The function extract-middle-name demonstrates the table destructuring syntax and the use of an :or clause, which specifies an alternative expression to destructuring the event that any destructuring of the input fails. It can be used to provide default values for variables.

Destructuring bind in Clojure provides one other feature which is supported by this library. Tables may use a short hand :keys expression:

(defn demo-keys [[:: :keys [a b c]]] (list a b c))
(demo-keys 
  (alist>> :a 'x :b 'y :c 'z))

which is equivalent to:

(defn demo-keys-eqv [[:: a :a b :b c :c]] (list a b c))

That about covers it!

If I'd Known Then What I Know Now

This project is a little more than a year old, and in the intervening time, I've learned a few new things which would have changed, somewhat, the implementation.

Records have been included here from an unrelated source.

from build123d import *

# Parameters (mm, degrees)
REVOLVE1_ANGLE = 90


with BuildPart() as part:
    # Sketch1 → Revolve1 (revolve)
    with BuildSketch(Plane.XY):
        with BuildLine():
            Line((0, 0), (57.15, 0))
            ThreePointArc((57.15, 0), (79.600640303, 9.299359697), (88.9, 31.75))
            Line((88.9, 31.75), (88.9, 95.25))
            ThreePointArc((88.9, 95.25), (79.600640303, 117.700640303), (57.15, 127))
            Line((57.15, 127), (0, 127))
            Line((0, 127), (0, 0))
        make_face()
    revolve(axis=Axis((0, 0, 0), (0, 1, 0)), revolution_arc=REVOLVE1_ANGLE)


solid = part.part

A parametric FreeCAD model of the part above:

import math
import FreeCAD as App
import Part
import Sketcher

V = App.Vector
Q = App.Units.Quantity

doc = App.newDocument("Part")
params = doc.addObject("Spreadsheet::Sheet", "Params")
for row, (alias, value) in enumerate([
    ("sketch1_height", "5 in"),
    ("sketch1_radius", "1.25 in"),
    ("sketch1_width", "2.25 in"),
    ("revolution_angle", "90 deg"),
], start=1):
    params.set(f"A{row}", alias)
    params.set(f"B{row}", "=" + value)
    params.setAlias(f"B{row}", alias)

body = doc.addObject("PartDesign::Body", "Body")

sketch1 = body.newObject("Sketcher::SketchObject", "Sketch")
sketch1.AttachmentSupport = (doc.getObject("XY_Plane"), [""])
sketch1.MapMode = "FlatFace"
sketch1.addGeometry(Part.LineSegment(V(0, 0, 0), V(57, 0, 0)), False)
sketch1.addGeometry(Part.ArcOfCircle(Part.Circle(V(57, 32, 0), V(0, 0, 1), 32), math.radians(-90), math.radians(0)), False)
sketch1.addGeometry(Part.LineSegment(V(89, 32, 0), V(89, 95, 0)), False)
sketch1.addGeometry(Part.ArcOfCircle(Part.Circle(V(57, 95, 0), V(0, 0, 1), 32), math.radians(0), math.radians(90)), False)
sketch1.addGeometry(Part.LineSegment(V(57, 127, 0), V(0, 127, 0)), False)
sketch1.addGeometry(Part.LineSegment(V(0, 127, 0), V(0, 0, 0)), False)
sketch1.addConstraint(Sketcher.Constraint("Tangent", 0, 2, 1, 1))
sketch1.addConstraint(Sketcher.Constraint("Tangent", 1, 2, 2, 1))
sketch1.addConstraint(Sketcher.Constraint("Tangent", 2, 2, 3, 1))
sketch1.addConstraint(Sketcher.Constraint("Tangent", 3, 2, 4, 1))
sketch1.addConstraint(Sketcher.Constraint("Coincident", 4, 2, 5, 1))
sketch1.addConstraint(Sketcher.Constraint("Coincident", 5, 2, 0, 1))
sketch1.addConstraint(Sketcher.Constraint("Horizontal", 0))
sketch1.addConstraint(Sketcher.Constraint("Vertical", 2))
sketch1.addConstraint(Sketcher.Constraint("Horizontal", 4))
sketch1.addConstraint(Sketcher.Constraint("Vertical", 5))
sketch1.addConstraint(Sketcher.Constraint("Coincident", 5, 2, -1, 1))
sketch1.addConstraint(Sketcher.Constraint("Equal", 1, 3))
sketch1.addConstraint(Sketcher.Constraint("DistanceY", 5, 2, 5, 1, Q("5 in")))
sketch1.addConstraint(Sketcher.Constraint("Radius", 1, Q("1.25 in")))
sketch1.addConstraint(Sketcher.Constraint("DistanceX", 0, 1, 0, 2, Q("2.25 in")))
sketch1.setExpression("Constraints[12]", "Params.sketch1_height")
sketch1.setExpression("Constraints[13]", "Params.sketch1_radius")
sketch1.setExpression("Constraints[14]", "Params.sketch1_width")
revolution = body.newObject("PartDesign::Revolution", "Revolution")
revolution.Profile = sketch1
revolution.ReferenceAxis = (sketch1, ["V_Axis"])
revolution.setExpression("Angle", "Params.revolution_angle")

doc.recompute()
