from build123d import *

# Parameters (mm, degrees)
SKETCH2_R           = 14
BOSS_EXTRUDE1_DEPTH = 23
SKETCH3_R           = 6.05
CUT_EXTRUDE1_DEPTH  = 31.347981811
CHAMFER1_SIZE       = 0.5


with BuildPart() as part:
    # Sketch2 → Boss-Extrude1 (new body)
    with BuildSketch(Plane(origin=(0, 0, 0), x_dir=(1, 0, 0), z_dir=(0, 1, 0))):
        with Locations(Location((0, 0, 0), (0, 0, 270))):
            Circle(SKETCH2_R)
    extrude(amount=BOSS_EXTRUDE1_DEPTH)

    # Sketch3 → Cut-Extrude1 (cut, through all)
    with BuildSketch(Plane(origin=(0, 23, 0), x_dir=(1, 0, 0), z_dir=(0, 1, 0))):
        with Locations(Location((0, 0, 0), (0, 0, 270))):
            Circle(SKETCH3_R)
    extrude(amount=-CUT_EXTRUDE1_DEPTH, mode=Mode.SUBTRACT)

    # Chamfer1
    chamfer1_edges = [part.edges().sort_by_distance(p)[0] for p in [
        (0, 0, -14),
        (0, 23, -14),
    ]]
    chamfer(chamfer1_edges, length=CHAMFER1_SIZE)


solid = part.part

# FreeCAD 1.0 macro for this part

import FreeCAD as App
import Part
import Sketcher

V = App.Vector
Q = App.Units.Quantity


def edges_at(feature, points):
    """Names of the edges that pass closest to the given points."""
    edges = feature.Shape.Edges
    near = lambda p: min(range(len(edges)), key=lambda i: edges[i].distToShape(Part.Vertex(*p))[0])
    return sorted({f"Edge{near(p) + 1}" for p in points})

doc = App.newDocument("Part")
body = doc.addObject("PartDesign::Body", "Body")

# Sketch on XZ plane
sketch1 = body.newObject("Sketcher::SketchObject", "Sketch")
sketch1.AttachmentSupport = (doc.getObject("XZ_Plane"), [""])
sketch1.MapMode = "FlatFace"
sketch1.addGeometry(Part.Circle(V(0, 0, 0), V(0, 0, 1), 14), False)
sketch1.addConstraint([
    Sketcher.Constraint("Coincident", 0, 3, -1, 1),
    Sketcher.Constraint("Diameter", 0, Q("28 mm")),
])
pad1 = body.newObject("PartDesign::Pad", "Pad")
pad1.Profile = sketch1
pad1.Length = 23
pad1.Reversed = True

# Sketch on XZ plane
sketch2 = body.newObject("Sketcher::SketchObject", "Sketch001")
sketch2.AttachmentSupport = (doc.getObject("XZ_Plane"), [""])
sketch2.MapMode = "FlatFace"
sketch2.AttachmentOffset = App.Placement(V(0, 0, -23), App.Rotation())
sketch2.addGeometry(Part.Circle(V(0, 0, 0), V(0, 0, 1), 6), False)
sketch2.addConstraint([
    Sketcher.Constraint("Coincident", 0, 3, -1, 1),
    Sketcher.Constraint("Diameter", 0, Q("12.1 mm")),
])
pocket1 = body.newObject("PartDesign::Pocket", "Pocket")
pocket1.Profile = sketch2
pocket1.Type = "ThroughAll"
pocket1.Reversed = True
doc.recompute()

chamfer = body.newObject("PartDesign::Chamfer", "Chamfer")
chamfer.Base = (pocket1, edges_at(pocket1, [(0, 0, -14), (0, 23, -14)]))
chamfer.Size = 0.5

doc.recompute()
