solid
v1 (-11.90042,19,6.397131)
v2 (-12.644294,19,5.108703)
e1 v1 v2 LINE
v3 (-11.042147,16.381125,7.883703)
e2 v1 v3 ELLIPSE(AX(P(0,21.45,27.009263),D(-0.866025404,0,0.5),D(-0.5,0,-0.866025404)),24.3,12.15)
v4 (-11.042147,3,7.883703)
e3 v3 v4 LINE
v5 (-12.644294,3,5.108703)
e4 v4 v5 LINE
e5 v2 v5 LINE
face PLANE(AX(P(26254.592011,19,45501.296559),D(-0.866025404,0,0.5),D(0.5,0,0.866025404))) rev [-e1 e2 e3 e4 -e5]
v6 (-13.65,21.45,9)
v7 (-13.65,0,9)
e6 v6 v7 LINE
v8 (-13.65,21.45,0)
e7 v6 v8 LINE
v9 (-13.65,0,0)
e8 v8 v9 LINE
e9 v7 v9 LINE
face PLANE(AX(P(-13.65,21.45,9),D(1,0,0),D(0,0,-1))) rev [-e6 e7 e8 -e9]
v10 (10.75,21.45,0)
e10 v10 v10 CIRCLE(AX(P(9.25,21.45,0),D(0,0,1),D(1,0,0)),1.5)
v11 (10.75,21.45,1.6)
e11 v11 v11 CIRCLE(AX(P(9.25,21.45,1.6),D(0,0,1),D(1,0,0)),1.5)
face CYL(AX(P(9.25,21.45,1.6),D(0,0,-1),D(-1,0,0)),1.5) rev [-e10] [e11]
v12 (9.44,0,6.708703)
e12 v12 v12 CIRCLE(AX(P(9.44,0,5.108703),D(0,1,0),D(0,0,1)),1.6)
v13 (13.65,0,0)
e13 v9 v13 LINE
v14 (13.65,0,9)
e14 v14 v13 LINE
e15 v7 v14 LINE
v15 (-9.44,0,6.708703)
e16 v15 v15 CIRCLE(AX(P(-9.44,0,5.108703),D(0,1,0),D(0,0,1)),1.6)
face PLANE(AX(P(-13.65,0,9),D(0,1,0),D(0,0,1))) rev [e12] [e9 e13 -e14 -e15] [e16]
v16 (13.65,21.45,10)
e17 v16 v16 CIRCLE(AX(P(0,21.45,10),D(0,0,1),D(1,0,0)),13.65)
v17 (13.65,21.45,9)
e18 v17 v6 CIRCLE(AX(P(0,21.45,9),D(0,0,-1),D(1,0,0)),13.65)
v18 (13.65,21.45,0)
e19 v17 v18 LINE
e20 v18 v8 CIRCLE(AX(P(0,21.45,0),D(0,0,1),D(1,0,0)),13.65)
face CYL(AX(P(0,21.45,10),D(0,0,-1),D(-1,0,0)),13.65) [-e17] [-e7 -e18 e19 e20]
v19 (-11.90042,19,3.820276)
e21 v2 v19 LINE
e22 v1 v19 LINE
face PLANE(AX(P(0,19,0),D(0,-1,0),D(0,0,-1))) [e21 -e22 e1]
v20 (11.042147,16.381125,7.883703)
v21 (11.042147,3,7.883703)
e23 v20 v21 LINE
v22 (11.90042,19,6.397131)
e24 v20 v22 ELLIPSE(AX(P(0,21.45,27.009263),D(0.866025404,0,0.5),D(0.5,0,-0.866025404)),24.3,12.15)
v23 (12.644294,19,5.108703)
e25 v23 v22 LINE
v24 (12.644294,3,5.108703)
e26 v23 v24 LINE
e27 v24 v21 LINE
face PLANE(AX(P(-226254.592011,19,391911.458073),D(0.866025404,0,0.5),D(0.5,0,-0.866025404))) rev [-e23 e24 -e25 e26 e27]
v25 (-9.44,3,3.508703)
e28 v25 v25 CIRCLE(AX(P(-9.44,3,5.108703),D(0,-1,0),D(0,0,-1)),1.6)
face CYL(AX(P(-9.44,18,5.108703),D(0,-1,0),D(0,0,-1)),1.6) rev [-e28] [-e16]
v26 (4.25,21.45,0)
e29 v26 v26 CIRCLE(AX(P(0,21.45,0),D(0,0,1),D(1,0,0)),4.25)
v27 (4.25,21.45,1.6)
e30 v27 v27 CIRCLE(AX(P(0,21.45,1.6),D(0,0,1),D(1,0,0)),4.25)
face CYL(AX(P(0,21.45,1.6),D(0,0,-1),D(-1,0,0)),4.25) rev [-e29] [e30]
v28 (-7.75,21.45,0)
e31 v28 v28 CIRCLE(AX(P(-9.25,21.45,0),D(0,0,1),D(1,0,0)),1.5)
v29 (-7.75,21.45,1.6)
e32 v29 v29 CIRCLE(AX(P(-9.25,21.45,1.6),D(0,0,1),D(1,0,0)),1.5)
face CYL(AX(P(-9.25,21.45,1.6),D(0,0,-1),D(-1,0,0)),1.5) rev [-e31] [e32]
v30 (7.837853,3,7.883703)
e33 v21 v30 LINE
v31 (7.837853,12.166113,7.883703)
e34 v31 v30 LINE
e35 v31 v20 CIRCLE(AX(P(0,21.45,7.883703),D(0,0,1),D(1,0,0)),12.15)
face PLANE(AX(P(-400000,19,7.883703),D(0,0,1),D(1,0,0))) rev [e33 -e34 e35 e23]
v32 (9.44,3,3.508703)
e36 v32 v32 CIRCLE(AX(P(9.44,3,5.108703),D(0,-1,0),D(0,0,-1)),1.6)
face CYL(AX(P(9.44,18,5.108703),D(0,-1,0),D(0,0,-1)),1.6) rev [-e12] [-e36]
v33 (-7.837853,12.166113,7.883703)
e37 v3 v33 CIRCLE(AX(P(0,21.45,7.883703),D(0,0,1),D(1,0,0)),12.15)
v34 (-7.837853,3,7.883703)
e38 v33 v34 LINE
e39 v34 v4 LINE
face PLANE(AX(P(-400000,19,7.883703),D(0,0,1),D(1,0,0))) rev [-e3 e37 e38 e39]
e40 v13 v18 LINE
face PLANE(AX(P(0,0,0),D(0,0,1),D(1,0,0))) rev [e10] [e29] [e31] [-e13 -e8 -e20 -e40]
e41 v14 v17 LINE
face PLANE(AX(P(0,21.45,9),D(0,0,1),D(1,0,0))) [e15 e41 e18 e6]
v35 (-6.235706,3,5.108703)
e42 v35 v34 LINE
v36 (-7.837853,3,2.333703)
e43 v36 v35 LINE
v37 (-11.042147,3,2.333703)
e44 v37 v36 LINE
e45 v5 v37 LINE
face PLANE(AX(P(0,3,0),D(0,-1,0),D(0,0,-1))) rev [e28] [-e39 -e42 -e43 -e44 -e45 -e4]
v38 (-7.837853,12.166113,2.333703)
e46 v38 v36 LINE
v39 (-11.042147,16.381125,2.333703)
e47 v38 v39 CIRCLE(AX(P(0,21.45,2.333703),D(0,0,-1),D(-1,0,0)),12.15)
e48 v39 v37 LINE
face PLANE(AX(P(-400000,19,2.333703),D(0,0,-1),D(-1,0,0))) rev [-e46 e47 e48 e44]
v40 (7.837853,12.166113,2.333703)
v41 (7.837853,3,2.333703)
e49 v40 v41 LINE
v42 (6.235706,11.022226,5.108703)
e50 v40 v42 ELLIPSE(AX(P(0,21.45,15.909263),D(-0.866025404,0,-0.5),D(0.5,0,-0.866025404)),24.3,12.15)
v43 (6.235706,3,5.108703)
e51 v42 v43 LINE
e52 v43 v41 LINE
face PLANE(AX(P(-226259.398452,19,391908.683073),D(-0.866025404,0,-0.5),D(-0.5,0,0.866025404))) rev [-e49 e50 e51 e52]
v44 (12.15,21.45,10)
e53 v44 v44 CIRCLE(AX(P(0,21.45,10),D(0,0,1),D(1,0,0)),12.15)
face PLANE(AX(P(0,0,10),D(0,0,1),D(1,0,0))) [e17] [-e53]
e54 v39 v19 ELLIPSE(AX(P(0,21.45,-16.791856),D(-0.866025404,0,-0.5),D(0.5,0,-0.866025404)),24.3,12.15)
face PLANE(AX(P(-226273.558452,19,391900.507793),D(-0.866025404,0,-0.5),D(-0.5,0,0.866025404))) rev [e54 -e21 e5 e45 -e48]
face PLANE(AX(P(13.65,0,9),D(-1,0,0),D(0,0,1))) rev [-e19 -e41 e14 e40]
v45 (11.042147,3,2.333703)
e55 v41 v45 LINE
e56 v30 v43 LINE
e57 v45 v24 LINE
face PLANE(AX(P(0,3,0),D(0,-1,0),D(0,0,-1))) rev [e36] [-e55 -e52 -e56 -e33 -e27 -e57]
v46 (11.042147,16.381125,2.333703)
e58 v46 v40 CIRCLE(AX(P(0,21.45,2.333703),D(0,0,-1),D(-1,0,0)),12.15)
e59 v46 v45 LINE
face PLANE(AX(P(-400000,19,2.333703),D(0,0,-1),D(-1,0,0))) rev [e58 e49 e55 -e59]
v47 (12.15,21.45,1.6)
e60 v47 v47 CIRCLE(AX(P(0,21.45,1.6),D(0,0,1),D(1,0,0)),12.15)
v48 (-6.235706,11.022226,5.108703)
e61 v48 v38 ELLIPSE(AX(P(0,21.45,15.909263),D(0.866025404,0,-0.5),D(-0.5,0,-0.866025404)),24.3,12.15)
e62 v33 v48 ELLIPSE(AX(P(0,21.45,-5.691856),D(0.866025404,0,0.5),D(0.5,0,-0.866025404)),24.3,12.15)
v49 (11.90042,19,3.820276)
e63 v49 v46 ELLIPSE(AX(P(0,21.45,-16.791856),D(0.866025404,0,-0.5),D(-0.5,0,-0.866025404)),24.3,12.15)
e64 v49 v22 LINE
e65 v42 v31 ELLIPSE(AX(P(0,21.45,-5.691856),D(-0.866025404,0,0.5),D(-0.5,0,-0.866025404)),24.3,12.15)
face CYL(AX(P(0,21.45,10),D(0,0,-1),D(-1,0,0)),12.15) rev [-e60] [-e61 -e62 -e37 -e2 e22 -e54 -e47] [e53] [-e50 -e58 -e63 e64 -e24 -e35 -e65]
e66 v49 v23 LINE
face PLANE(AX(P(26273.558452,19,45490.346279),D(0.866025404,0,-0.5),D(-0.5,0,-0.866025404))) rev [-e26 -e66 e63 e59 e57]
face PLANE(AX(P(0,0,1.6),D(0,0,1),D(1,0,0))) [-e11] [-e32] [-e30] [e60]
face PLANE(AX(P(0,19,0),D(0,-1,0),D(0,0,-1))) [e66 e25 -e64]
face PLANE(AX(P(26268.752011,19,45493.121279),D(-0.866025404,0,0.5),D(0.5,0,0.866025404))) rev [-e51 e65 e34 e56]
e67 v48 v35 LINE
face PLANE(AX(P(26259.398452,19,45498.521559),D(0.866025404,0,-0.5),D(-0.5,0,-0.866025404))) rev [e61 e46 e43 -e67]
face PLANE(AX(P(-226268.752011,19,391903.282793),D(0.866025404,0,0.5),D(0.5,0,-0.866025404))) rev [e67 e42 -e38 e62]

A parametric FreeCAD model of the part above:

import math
import FreeCAD as App
import Part
import Sketcher
from FreeCAD import Vector
Q = App.Units.Quantity


def add_polygon(sketch, points):
    """Adds a closed chain of lines whose ends are joined by coincident constraints."""
    first, n = sketch.GeometryCount, len(points)
    for a, b in zip(points, points[1:] + points[:1]):
        sketch.addGeometry(Part.LineSegment(App.Vector(*a, 0), App.Vector(*b, 0)), False)
    for i in range(n):
        sketch.addConstraint(Sketcher.Constraint("Coincident", first + i, 2, first + (i + 1) % n, 1))

doc = App.newDocument("Part")
body = doc.addObject("PartDesign::Body", "Body")

# Sketch on XY plane
sketch1 = body.newObject("Sketcher::SketchObject", "Sketch")
sketch1.AttachmentSupport = (doc.getObject("XY_Plane"), [""])
sketch1.MapMode = "FlatFace"
sketch1.addGeometry(Part.Circle(Vector(0, 21, 0), Vector(0, 0, 1), 14), False)
sketch1.addGeometry(Part.Circle(Vector(0, 21, 0), Vector(0, 0, 1), 12), False)
sketch1.addConstraint(Sketcher.Constraint("Coincident", 1, 3, 0, 3))
sketch1.addConstraint(Sketcher.Constraint("PointOnObject", 0, 3, -2))
sketch1.addConstraint(Sketcher.Constraint("Diameter", 0, Q("27.3 mm")))
sketch1.addConstraint(Sketcher.Constraint("Diameter", 1, Q("24.3 mm")))
sketch1.addConstraint(Sketcher.Constraint("DistanceY", -1, 1, 0, 3, Q("21.45 mm")))
pad1 = body.newObject("PartDesign::Pad", "Pad")
pad1.Profile = sketch1
pad1.Length = 10

# Sketch on XY plane
sketch2 = body.newObject("Sketcher::SketchObject", "Sketch001")
sketch2.AttachmentSupport = (doc.getObject("XY_Plane"), [""])
sketch2.MapMode = "FlatFace"
sketch2.addGeometry(Part.Circle(Vector(0, 21.4, 0), Vector(0, 0, 1), 12.2), False)
sketch2.addGeometry(Part.Circle(Vector(-9.2, 21.4, 0), Vector(0, 0, 1), 1.5), False)
sketch2.addGeometry(Part.Circle(Vector(0, 21.4, 0), Vector(0, 0, 1), 4.2), False)
sketch2.addGeometry(Part.Circle(Vector(9.2, 21.4, 0), Vector(0, 0, 1), 1.5), False)
sketch2.addConstraint(Sketcher.Constraint("Coincident", 2, 3, 0, 3))
sketch2.addConstraint(Sketcher.Constraint("Equal", 1, 3))
sketch2.addConstraint(Sketcher.Constraint("Symmetric", 1, 3, 3, 3, -2))
sketch2.addConstraint(Sketcher.Constraint("PointOnObject", 0, 3, -2))
sketch2.addConstraint(Sketcher.Constraint("Horizontal", 0, 3, 1, 3))
sketch2.addConstraint(Sketcher.Constraint("Diameter", 1, Q("3 mm")))
sketch2.addConstraint(Sketcher.Constraint("Diameter", 0, Q("24.3 mm")))
sketch2.addConstraint(Sketcher.Constraint("Diameter", 2, Q("8.5 mm")))
sketch2.addConstraint(Sketcher.Constraint("DistanceX", 1, 3, 3, 3, Q("18.5 mm")))
sketch2.addConstraint(Sketcher.Constraint("DistanceY", -1, 1, 0, 3, Q("21.45 mm")))
pad2 = body.newObject("PartDesign::Pad", "Pad001")
pad2.Profile = sketch2
pad2.Length = 1.6

# Sketch on XY plane
sketch3 = body.newObject("Sketcher::SketchObject", "Sketch002")
sketch3.AttachmentSupport = (doc.getObject("XY_Plane"), [""])
sketch3.MapMode = "FlatFace"
sketch3.addGeometry(Part.LineSegment(Vector(-14, 21, 0), Vector(-14, 0, 0)), False)
sketch3.addGeometry(Part.LineSegment(Vector(-14, 0, 0), Vector(14, 0, 0)), False)
sketch3.addGeometry(Part.LineSegment(Vector(14, 0, 0), Vector(14, 21, 0)), False)
sketch3.addGeometry(Part.ArcOfCircle(Part.Circle(Vector(0, 21, 0), Vector(0, 0, 1), 14), math.radians(180), math.radians(360)), False)
sketch3.addConstraint(Sketcher.Constraint("Coincident", 0, 2, 1, 1))
sketch3.addConstraint(Sketcher.Constraint("Coincident", 1, 2, 2, 1))
sketch3.addConstraint(Sketcher.Constraint("Tangent", 2, 2, 3, 2))
sketch3.addConstraint(Sketcher.Constraint("Tangent", 3, 1, 0, 1))
sketch3.addConstraint(Sketcher.Constraint("Vertical", 0))
sketch3.addConstraint(Sketcher.Constraint("Horizontal", 1))
sketch3.addConstraint(Sketcher.Constraint("Vertical", 2))
sketch3.addConstraint(Sketcher.Constraint("Symmetric", 0, 2, 1, 2, -1, 1))
sketch3.addConstraint(Sketcher.Constraint("Radius", 3, Q("13.65 mm")))
sketch3.addConstraint(Sketcher.Constraint("DistanceY", 0, 2, 0, 1, Q("21.45 mm")))
pad3 = body.newObject("PartDesign::Pad", "Pad002")
pad3.Profile = sketch3
pad3.Length = 9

For one, the more complete understanding of the destructuring bind syntax which I developed while creating this library would probably have informed a more elegant implementation. There are definite signs of gradual accretion in this code. A complete rewrite is on my todo list.

More concretely, I now recognize that parsing the binding expressions is really a job for less ad-hoc parsing strategy. Subsequent to this project, I produced an implementation of monadic parser combinators based on SMUG, for Common Lisp. If I were to re-implement this project now, I'd use a combinator approach for parsing. For another project I've written a Common-Lisp lambda list parser using parser combinators, which is in simplified-lambda-list-parser.el. That library should convey the style of what a more informed implementation might look like (although CL-lambda lists are simpler than Clojure destructuring forms). See also monad-parse.el and monads.el, which are my implementations of monadic operation and parsing, though more closely based on previous work than this library.

The question of recur is separate, basically, from the destructuring bind problem, and handling the two things together is responsible for some of the mess of this implementation. I've subsequently factored out recur support into a separate library. A rewrite would concern itself mostly with destructuring bind, and use the recur.el library to support self-recursion. The implementation in recur.el is also a little bit cleaner, and supports a better error checking model than the one in this file. I've included it, if the reader is interested. There are also some stylistic differences - the codewalker dispatches to a function for each form encountered rather than doing processing in place, for instance. This makes for a more readable implementation.

Thanks for reading, I hope you've found it interesting.